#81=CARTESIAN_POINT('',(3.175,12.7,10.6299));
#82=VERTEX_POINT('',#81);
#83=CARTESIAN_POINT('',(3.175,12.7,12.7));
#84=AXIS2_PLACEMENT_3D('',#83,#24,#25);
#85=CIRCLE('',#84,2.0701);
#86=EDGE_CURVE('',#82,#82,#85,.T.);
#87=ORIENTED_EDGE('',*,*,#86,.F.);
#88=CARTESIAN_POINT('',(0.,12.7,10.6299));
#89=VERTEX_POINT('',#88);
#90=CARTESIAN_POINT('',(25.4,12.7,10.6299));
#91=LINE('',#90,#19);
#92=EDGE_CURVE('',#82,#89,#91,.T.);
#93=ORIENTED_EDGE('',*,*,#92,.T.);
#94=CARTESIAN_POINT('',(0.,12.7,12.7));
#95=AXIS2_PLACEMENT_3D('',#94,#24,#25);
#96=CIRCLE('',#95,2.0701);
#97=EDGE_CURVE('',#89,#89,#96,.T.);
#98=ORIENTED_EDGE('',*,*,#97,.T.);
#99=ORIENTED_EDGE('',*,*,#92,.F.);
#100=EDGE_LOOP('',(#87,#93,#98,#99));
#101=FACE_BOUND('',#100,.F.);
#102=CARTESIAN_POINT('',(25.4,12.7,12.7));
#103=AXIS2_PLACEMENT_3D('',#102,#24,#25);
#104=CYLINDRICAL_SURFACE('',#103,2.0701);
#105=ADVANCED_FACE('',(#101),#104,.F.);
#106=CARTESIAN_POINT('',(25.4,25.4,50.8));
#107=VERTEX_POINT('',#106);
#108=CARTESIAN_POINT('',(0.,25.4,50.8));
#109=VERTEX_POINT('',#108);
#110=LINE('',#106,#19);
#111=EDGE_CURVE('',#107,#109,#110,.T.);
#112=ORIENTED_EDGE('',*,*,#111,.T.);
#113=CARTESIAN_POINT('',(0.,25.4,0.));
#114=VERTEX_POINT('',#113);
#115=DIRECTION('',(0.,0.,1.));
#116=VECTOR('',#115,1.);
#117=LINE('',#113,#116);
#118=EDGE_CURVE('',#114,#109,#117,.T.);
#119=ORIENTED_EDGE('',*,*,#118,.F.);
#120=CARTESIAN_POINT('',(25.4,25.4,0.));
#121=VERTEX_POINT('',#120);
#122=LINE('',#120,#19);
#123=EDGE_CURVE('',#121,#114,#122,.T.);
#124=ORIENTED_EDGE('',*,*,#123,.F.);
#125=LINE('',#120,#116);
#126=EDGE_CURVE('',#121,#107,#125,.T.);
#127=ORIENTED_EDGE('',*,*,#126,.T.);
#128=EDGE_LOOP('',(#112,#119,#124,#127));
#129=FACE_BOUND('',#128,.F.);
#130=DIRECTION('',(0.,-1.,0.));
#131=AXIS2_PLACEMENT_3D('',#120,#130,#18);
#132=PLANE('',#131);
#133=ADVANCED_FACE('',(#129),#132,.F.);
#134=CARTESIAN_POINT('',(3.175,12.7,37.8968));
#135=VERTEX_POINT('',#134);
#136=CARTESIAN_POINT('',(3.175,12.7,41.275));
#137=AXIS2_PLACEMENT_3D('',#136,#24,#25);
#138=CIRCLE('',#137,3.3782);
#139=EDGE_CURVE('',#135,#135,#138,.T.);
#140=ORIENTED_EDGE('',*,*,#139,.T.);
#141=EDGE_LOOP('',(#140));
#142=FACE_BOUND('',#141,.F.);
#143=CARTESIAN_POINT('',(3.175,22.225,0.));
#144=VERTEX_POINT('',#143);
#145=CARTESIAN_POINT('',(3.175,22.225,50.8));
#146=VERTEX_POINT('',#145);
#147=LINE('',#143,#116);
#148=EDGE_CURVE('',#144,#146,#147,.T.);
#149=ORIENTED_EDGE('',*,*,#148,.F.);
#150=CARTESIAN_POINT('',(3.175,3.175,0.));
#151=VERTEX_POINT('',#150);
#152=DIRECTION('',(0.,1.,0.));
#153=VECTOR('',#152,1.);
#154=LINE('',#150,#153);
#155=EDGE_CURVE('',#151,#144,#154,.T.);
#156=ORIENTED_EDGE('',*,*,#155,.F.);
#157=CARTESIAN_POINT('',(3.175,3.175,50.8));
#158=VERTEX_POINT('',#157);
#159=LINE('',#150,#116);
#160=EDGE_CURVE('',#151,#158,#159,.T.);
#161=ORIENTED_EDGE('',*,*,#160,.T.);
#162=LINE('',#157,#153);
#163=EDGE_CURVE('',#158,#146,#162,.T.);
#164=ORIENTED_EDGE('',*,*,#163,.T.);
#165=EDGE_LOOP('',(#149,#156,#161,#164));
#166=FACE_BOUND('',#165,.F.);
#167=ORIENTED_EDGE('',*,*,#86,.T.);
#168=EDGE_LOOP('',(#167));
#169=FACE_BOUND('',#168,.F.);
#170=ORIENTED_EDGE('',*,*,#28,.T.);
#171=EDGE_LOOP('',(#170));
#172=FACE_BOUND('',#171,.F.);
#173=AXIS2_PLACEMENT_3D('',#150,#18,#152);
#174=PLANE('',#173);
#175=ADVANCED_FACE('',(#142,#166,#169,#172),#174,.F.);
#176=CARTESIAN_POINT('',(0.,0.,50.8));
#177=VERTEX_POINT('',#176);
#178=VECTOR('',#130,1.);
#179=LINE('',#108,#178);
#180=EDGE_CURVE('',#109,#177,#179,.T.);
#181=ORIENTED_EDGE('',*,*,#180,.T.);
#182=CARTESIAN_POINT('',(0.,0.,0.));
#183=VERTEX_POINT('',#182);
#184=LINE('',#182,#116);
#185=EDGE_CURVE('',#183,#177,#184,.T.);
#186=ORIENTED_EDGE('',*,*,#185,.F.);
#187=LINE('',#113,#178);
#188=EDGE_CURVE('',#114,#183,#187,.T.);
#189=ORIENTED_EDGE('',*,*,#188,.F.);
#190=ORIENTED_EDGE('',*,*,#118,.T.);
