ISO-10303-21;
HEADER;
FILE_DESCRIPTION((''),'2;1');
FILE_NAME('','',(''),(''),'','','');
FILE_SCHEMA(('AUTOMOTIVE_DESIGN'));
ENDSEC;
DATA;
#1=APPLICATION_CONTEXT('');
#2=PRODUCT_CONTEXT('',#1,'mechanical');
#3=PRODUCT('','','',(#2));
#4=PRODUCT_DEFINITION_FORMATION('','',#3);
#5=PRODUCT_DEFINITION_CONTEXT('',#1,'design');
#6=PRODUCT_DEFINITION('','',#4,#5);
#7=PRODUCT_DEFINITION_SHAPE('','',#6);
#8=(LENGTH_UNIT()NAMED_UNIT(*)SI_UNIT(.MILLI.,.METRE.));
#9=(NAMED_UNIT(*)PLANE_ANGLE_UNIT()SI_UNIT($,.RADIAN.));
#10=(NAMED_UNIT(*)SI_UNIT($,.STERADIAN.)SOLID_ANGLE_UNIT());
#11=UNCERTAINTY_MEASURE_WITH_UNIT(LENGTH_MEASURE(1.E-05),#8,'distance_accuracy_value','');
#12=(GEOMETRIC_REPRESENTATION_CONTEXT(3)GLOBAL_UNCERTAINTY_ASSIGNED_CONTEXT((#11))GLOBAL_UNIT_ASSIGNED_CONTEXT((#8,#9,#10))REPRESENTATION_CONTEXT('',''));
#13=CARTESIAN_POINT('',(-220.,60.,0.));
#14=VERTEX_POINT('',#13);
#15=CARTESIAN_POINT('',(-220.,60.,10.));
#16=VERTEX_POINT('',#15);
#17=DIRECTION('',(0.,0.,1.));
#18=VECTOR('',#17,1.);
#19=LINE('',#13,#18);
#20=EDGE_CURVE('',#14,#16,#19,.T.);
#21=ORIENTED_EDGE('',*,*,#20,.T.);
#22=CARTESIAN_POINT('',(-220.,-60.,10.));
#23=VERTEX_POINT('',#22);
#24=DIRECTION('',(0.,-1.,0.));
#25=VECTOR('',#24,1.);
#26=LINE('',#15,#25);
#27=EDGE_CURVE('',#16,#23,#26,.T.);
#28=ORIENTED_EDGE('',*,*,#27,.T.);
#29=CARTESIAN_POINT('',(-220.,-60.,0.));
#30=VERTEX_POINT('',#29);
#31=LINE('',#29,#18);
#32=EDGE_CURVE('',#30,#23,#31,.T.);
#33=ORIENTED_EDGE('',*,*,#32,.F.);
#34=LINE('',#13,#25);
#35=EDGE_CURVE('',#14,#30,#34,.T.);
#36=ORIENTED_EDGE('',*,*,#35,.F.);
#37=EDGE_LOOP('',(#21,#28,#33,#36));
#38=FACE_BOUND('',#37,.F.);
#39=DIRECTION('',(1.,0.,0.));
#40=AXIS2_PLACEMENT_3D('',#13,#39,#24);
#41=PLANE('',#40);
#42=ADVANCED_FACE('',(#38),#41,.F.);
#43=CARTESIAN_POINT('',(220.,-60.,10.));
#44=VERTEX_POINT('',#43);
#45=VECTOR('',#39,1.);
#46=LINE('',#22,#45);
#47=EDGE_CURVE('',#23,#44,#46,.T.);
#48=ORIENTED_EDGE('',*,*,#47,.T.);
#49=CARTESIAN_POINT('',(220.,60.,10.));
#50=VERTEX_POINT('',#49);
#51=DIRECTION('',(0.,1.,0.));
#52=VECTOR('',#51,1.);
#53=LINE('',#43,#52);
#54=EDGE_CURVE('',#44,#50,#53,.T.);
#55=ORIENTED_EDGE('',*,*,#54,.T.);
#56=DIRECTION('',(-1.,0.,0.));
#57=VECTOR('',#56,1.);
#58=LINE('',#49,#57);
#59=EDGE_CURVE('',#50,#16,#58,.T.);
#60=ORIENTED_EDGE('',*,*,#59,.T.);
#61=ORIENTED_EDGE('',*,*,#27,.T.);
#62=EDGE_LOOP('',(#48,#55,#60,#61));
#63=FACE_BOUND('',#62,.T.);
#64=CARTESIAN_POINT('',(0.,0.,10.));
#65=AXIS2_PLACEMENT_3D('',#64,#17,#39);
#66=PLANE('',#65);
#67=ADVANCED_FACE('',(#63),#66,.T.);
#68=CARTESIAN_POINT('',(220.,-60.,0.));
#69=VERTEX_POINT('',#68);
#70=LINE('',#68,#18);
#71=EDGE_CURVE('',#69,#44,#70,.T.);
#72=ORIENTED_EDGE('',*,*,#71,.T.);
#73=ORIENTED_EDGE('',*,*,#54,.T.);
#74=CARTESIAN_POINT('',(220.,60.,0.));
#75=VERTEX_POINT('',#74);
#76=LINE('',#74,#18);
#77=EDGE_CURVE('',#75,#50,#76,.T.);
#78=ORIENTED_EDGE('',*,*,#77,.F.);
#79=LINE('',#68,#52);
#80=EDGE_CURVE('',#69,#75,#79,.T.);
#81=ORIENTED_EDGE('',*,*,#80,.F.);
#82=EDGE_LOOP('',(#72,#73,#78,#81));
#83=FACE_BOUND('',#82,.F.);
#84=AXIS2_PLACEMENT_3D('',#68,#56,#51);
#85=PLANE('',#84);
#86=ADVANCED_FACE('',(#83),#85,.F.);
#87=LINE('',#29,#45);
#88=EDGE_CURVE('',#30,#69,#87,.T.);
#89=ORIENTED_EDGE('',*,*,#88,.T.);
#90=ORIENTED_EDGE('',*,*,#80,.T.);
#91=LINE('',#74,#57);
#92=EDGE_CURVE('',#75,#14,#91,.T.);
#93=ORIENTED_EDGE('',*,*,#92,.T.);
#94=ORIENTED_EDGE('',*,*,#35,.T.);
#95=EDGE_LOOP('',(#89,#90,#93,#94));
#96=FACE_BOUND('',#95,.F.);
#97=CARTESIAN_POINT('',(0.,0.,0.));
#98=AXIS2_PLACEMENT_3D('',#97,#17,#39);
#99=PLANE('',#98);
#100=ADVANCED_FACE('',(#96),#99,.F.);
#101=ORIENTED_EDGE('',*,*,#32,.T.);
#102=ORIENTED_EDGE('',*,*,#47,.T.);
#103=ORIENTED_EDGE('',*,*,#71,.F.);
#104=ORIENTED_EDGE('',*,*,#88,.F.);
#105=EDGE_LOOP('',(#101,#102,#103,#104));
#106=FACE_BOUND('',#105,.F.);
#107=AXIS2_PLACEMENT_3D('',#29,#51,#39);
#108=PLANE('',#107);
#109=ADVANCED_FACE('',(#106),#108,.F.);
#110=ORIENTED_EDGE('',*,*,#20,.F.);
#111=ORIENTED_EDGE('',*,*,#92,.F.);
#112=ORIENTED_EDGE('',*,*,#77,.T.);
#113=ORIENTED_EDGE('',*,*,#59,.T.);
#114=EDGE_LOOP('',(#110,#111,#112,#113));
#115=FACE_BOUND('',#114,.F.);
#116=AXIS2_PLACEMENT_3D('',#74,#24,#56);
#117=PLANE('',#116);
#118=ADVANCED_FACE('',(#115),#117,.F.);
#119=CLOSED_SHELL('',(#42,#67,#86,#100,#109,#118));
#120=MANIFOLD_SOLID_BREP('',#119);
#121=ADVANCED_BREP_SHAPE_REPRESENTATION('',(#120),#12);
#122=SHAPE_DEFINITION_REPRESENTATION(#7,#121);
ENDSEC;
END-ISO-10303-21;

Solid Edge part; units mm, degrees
sketch "Sketch1" plane through (0, 0, 0) normal (0, 0, 1) x (1, 0, 0)
  line L0 (220, 60) -> (-220, 60)
  line L1 (-220, 60) -> (-220, -60)
  line L2 (-220, -60) -> (220, -60)
  line L3 (220, -60) -> (220, 60)
extrude "Protrusion1" add sketch "Sketch1" along normal blind 10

◇ ◇ ◇

(Try it)
Beginning with the line that has "#64=CARTESIAN_POINT('',(0.,0.,10.));" and ending with the line that has "#71=EDGE_CURVE('',#69,#44,#70,.T.);", set down the lines above exactly and include no others.

(Reply)
#64=CARTESIAN_POINT('',(0.,0.,10.));
#65=AXIS2_PLACEMENT_3D('',#64,#17,#39);
#66=PLANE('',#65);
#67=ADVANCED_FACE('',(#63),#66,.T.);
#68=CARTESIAN_POINT('',(220.,-60.,0.));
#69=VERTEX_POINT('',#68);
#70=LINE('',#68,#18);
#71=EDGE_CURVE('',#69,#44,#70,.T.);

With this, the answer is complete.